--- YOUR INSTRUCTIONS ---
From the entries that follow, reproduce exactly and only the lines from the line with "#98=ADVANCED_FACE('',(#93,#96),#97,.T.);" to the line with "#105=CARTESIAN_POINT('',(1.5,0.,0.));", endpoints included.

━━ DATA EXTRACT ━━

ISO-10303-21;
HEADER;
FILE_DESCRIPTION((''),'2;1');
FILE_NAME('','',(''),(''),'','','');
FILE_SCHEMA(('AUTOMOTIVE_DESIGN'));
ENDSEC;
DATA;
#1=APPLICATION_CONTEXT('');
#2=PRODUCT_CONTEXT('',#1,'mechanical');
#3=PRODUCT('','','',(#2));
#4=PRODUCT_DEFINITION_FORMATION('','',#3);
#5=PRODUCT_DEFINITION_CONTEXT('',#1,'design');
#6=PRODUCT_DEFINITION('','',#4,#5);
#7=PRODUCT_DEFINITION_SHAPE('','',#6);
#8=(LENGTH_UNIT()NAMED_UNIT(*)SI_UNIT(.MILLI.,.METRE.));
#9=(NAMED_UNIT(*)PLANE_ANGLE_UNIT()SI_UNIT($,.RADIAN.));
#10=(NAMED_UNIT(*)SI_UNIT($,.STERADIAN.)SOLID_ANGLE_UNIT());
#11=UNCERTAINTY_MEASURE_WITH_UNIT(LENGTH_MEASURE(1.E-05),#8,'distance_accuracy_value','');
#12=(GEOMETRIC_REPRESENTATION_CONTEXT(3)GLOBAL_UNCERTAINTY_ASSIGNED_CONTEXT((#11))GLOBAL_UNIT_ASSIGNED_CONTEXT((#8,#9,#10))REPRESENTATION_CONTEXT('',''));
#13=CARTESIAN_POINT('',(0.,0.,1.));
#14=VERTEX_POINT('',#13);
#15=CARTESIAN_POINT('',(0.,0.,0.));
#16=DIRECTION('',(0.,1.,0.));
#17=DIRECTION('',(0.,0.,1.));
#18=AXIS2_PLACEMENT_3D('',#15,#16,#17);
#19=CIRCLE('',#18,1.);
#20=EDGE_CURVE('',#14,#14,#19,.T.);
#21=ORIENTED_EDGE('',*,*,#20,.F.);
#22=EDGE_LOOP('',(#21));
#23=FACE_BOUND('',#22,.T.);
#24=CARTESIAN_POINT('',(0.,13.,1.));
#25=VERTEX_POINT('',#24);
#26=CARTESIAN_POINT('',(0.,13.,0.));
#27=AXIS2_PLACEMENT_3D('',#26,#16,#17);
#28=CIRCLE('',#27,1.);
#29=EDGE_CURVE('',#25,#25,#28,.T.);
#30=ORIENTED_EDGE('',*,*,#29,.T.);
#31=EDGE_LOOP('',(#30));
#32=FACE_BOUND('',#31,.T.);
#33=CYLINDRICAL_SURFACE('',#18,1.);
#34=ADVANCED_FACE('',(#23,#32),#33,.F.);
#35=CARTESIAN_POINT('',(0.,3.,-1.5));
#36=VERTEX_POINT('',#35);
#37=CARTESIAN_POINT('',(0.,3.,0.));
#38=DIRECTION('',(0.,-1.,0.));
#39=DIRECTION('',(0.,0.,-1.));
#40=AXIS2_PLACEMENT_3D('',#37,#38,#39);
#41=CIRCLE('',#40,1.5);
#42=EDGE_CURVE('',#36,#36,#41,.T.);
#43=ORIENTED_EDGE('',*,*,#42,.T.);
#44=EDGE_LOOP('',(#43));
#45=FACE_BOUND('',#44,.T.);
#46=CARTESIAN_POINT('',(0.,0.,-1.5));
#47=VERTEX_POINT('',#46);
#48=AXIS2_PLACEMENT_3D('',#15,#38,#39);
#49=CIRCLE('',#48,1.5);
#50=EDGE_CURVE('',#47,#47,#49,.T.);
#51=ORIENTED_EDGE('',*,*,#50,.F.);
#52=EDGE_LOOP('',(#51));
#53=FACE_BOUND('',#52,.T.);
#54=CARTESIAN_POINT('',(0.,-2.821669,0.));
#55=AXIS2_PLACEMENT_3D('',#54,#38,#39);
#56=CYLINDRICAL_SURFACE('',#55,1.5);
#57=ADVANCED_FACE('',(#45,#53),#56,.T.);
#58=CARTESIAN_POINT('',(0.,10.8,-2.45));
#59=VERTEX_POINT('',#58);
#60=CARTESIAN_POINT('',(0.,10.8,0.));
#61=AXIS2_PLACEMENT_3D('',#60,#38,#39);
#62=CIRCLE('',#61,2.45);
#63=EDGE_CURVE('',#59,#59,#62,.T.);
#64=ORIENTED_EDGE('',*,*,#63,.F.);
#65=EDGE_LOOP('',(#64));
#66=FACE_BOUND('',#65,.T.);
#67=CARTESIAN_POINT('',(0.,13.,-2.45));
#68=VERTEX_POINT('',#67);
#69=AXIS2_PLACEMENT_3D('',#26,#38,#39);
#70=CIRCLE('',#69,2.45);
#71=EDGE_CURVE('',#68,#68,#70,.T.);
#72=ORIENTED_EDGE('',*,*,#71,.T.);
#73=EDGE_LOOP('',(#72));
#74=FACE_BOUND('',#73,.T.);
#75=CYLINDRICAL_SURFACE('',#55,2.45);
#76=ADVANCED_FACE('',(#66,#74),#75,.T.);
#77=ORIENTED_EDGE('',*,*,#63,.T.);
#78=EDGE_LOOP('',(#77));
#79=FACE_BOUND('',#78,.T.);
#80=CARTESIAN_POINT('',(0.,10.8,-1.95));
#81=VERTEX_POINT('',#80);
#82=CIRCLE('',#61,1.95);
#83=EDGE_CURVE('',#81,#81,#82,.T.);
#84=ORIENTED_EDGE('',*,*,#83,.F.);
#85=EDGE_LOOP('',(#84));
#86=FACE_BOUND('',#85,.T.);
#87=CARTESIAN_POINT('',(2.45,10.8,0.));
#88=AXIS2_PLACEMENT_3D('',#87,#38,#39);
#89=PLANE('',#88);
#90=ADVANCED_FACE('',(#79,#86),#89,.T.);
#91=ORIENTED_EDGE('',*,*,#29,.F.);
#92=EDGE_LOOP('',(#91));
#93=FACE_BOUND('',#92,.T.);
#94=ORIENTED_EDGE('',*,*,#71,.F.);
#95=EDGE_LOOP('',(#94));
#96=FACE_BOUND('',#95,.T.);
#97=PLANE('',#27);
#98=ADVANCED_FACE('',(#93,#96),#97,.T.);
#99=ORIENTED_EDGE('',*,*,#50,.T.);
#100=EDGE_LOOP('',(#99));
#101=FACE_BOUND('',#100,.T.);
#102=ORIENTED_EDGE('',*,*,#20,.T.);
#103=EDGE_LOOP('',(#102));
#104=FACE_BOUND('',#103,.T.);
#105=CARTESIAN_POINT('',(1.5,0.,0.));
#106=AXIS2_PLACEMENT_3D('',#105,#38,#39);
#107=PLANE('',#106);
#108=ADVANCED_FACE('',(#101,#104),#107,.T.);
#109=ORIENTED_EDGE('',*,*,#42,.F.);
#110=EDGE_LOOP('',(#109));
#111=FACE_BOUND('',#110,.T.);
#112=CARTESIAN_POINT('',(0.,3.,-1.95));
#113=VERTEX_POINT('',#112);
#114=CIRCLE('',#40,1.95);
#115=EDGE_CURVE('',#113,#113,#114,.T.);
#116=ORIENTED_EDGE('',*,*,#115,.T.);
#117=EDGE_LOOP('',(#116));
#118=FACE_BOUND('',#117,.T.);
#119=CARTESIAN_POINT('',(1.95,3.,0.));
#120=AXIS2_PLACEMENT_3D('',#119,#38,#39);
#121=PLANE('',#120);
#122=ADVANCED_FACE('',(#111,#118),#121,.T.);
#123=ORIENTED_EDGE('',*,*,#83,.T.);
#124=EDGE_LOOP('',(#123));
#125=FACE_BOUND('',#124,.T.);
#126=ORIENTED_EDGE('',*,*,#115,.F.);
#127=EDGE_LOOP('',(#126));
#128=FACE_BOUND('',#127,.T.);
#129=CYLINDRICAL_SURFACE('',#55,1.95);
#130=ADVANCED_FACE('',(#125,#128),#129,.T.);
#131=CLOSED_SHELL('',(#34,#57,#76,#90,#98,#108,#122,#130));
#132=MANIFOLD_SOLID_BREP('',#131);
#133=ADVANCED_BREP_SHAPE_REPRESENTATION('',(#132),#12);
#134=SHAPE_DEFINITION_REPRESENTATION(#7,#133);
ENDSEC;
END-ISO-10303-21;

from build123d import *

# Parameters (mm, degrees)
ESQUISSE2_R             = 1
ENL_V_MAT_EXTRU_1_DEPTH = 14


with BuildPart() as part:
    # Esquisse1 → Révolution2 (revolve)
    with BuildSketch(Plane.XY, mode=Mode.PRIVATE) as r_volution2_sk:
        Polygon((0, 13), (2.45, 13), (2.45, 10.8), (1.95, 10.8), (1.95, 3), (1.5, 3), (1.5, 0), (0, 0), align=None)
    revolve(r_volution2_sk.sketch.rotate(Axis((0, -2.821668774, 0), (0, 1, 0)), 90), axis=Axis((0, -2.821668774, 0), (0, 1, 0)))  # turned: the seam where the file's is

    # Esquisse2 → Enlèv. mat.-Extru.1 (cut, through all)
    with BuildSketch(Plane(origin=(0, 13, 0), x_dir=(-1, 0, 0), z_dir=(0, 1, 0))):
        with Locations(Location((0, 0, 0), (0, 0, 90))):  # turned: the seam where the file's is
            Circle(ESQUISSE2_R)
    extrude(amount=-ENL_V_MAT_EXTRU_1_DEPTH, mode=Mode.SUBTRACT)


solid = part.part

━━━

--- TASK OUTPUT ---
#98=ADVANCED_FACE('',(#93,#96),#97,.T.);
#99=ORIENTED_EDGE('',*,*,#50,.T.);
#100=EDGE_LOOP('',(#99));
#101=FACE_BOUND('',#100,.T.);
#102=ORIENTED_EDGE('',*,*,#20,.T.);
#103=EDGE_LOOP('',(#102));
#104=FACE_BOUND('',#103,.T.);
#105=CARTESIAN_POINT('',(1.5,0.,0.));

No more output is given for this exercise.